Some POTS patients have antibodies to either M2 muscarinic receptors or acetylcholine. Your local doctors office can draw blood for the tests, but I think they're usually sent to Mayo for the actual testing.

Acetycholine is a neurotransmitter that stimulates muscarinic receptors. The M2 muscarinic receptors are in the smooth muscle tissue throughout the body (like the heart, veins, intestines, etc) and are stimulated/receive messages from acetylcholine. Basically, both acetylcholine and muscarinic receptors work in bringing messages from the brain to the body. So if there are antibodies that inhibit a step in the transmission, then signals get messed up.

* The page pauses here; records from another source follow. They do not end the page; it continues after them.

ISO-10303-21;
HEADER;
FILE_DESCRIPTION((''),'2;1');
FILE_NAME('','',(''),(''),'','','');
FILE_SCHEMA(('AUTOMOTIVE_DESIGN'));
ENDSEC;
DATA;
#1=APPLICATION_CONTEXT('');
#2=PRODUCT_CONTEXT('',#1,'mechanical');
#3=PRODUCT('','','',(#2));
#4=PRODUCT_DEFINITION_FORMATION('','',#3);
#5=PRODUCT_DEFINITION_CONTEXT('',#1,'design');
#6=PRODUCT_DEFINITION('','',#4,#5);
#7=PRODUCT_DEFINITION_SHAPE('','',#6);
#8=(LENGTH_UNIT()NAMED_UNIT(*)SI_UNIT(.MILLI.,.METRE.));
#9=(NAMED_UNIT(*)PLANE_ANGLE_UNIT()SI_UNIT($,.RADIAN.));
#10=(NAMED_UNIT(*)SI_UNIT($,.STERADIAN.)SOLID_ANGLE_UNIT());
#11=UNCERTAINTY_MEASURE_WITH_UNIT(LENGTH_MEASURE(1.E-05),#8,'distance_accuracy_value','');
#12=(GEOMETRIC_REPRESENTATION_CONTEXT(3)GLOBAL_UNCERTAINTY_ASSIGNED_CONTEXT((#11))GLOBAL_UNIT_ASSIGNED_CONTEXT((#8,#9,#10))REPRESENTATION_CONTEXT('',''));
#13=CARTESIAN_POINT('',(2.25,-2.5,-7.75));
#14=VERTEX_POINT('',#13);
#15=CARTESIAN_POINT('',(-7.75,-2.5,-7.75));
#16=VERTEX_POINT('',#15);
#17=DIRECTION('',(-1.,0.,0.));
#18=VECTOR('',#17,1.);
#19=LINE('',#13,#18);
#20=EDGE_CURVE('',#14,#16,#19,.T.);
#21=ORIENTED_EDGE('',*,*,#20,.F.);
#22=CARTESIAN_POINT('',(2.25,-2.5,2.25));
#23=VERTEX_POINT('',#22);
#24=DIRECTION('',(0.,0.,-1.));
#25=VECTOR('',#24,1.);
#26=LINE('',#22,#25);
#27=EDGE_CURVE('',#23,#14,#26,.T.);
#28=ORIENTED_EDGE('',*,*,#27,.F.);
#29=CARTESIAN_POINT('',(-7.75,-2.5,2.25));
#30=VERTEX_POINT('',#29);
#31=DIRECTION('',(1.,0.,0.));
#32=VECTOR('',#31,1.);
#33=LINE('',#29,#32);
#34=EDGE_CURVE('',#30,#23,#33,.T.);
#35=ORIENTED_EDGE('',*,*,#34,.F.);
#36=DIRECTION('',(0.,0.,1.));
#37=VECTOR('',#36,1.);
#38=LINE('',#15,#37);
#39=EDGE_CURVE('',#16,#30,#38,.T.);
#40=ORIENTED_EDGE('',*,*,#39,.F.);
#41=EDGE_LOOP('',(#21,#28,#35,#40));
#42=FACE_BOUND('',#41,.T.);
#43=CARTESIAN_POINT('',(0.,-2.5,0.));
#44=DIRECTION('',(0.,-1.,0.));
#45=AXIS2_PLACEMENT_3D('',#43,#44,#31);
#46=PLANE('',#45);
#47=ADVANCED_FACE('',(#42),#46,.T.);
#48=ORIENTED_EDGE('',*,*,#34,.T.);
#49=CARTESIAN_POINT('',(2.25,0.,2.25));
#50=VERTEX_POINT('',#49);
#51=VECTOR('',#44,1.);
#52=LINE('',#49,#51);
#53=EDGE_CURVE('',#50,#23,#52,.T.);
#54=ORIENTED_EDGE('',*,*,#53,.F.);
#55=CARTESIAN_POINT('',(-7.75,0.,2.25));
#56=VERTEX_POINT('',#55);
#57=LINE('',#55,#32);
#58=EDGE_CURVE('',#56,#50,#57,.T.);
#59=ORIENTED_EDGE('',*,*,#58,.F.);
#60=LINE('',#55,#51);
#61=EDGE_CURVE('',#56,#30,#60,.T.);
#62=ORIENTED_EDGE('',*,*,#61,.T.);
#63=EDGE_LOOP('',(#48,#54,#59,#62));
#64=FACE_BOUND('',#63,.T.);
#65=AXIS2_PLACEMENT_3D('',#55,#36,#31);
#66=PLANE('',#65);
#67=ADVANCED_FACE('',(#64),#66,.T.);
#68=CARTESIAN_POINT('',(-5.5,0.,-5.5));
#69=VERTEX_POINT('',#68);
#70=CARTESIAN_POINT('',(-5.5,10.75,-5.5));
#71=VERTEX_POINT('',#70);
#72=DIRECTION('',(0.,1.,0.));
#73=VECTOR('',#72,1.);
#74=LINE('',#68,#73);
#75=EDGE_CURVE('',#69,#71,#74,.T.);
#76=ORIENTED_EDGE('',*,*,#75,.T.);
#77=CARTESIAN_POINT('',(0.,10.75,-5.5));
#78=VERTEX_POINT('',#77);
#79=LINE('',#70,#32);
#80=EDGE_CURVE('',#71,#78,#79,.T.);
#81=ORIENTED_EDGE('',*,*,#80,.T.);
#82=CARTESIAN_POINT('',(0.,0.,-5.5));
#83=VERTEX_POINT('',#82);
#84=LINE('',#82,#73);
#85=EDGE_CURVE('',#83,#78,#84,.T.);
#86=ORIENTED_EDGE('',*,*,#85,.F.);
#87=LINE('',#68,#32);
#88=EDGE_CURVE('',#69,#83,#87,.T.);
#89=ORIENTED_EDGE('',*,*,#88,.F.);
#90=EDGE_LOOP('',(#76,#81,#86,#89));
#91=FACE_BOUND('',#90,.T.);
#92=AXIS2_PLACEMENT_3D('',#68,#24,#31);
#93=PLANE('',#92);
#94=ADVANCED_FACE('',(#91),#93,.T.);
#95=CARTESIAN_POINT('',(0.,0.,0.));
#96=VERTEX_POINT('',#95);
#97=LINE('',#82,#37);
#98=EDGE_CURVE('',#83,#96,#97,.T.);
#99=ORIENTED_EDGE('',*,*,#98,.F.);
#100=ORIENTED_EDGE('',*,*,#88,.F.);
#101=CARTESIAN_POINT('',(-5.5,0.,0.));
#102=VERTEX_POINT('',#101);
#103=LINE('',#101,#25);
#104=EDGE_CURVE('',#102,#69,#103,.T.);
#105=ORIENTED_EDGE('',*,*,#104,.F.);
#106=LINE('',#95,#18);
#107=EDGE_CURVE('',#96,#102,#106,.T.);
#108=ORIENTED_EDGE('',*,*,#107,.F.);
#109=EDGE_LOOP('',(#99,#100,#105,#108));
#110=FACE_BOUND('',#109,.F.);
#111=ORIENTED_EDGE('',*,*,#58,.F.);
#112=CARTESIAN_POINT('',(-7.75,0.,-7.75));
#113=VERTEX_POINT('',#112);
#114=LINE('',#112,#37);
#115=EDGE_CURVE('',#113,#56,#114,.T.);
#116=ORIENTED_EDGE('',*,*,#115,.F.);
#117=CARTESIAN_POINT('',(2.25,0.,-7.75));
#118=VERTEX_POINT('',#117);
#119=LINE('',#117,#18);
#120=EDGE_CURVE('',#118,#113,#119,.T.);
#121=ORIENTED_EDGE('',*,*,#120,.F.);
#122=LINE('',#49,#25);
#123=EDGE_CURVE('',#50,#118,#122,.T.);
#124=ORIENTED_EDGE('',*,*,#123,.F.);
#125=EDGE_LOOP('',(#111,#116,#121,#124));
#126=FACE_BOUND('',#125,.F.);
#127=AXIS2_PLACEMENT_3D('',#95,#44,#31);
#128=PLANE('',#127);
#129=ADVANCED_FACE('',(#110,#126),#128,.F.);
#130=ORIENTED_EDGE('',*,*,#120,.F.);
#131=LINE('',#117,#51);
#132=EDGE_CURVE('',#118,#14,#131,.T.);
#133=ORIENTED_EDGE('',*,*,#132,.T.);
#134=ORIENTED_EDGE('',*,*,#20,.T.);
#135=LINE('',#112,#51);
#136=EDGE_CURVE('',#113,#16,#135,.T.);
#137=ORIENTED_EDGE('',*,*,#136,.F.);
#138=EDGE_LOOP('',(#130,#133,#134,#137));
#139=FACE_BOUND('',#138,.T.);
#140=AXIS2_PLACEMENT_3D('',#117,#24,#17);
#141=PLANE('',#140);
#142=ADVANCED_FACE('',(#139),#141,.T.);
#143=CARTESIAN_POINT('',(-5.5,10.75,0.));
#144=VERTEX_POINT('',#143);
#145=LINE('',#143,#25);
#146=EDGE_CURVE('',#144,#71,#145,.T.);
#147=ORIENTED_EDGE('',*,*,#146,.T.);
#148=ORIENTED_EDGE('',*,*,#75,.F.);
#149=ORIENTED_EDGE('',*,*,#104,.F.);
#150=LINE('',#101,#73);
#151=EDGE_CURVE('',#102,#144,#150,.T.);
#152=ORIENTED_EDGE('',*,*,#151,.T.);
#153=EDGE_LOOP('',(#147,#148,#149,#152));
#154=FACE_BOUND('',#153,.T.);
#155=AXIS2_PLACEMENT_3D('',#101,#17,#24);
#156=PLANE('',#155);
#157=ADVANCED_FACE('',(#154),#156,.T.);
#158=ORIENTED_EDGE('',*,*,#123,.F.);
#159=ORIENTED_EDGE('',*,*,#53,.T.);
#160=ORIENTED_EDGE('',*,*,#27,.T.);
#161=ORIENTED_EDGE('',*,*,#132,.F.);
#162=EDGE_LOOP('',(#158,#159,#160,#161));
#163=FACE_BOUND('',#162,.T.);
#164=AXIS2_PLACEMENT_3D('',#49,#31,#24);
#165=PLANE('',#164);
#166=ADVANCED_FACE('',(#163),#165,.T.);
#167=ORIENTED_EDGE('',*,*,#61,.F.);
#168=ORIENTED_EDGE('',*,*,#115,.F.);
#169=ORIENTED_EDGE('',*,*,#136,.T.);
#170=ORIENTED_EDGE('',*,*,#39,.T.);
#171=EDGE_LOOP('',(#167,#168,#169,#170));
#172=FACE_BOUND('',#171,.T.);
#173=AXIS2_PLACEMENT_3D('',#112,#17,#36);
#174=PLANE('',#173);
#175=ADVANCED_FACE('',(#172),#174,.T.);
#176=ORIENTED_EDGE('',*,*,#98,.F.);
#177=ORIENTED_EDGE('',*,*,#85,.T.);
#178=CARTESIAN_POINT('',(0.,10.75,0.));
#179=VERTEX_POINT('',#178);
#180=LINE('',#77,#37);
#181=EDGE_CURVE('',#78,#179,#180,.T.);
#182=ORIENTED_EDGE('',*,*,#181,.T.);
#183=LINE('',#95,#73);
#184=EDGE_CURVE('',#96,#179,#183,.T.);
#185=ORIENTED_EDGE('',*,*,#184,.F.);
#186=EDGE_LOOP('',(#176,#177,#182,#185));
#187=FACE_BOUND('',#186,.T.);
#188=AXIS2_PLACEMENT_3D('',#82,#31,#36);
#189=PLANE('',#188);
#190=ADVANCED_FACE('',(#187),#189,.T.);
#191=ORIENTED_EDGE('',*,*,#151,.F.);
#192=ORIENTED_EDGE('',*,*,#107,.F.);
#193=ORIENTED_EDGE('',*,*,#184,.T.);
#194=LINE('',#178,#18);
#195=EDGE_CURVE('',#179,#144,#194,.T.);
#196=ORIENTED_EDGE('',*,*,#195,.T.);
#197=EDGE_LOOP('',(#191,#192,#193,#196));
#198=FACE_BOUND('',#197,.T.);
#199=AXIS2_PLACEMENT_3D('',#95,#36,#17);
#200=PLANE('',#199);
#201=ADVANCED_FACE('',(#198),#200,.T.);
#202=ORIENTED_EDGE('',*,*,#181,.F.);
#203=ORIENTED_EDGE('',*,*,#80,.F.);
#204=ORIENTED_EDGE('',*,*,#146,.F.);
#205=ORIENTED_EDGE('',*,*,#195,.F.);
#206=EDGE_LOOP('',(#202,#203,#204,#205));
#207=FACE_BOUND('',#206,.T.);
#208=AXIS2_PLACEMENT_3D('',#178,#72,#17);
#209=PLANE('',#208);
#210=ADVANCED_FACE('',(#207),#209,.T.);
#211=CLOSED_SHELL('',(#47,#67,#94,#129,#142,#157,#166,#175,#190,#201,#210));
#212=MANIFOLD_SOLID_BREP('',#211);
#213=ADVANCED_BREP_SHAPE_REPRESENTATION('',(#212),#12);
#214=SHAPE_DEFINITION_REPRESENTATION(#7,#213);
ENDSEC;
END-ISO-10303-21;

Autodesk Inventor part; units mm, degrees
ref_plane "YZ Plane" through (0, 0, 0) normal (1, 0, 0) x (0, 1, 0)
ref_plane "XZ Plane" through (0, 0, 0) normal (0, 1, 0) x (-1, 0, 0)
ref_plane "XY Plane" through (0, 0, 0) normal (0, 0, 1) x (1, 0, 0)
sketch "Sketch1" plane through (0, 0, 0) normal (0, 1, 0) x (-1, 0, 0)
  line L0 (0, 0) -> (5.5, 0)
  line L1 (5.5, 0) -> (5.5, -5.5)
  line L2 (5.5, -5.5) -> (0, -5.5)
  line L3 (0, -5.5) -> (0, 0)
  dimension "d0" = 5.5
  dimension "d1" = 5.5
extrude "Extrusion1" add sketch "Sketch1" along normal blind 10.75
sketch "Sketch2" plane through (0, 0, 0) normal (0, -1, 0) x (1, 0, 0)
  line L0 (-7.75, 2.25) -> (2.25, 2.25)
  line L1 (2.25, 2.25) -> (2.25, -7.75)
  line L2 (2.25, -7.75) -> (-7.75, -7.75)
  line L3 (-7.75, -7.75) -> (-7.75, 2.25)
  line L4 (-5.5, 0) -> (0, 0) projected
  line L5 (0, 0) -> (0, -5.5) projected
  dimension "d4" = 10
  dimension "d5" = 10
  dimension "d6" = 2.25
  dimension "d7" = 2.25
extrude "Extrusion2" add sketch "Sketch2" along normal blind 2.5
properties part number "Button Prong"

11 years ago at Johns Hopkins the researchers found an antibody in my blood to the M2 muscarinic receptors. My specialist there said that that was what was causing my POTS. After a while my POTS got better for a few years. I wasn't normal, but was close to it. 3 years ago, though, my POTS became disabling. I was recently re-tested for the M2 antibody, and it is now gone. :blink: Huh?! So I guess I'm dealing with a different cause in my POTS now. I don't know - my docs can't figure me out!

If you want to get tested for these antibodies you can just ask your doctor. But when you go to the lab, make sure they do the right code!!! Some labs don't often do these blood draws, so it can take them a while to find the right code in their book. I once had a lab do the wrong code because they found something that looked "close" to right. But it wasn't exactly right, so I had to have the blood re-drawn at my next visit in order to have the proper test.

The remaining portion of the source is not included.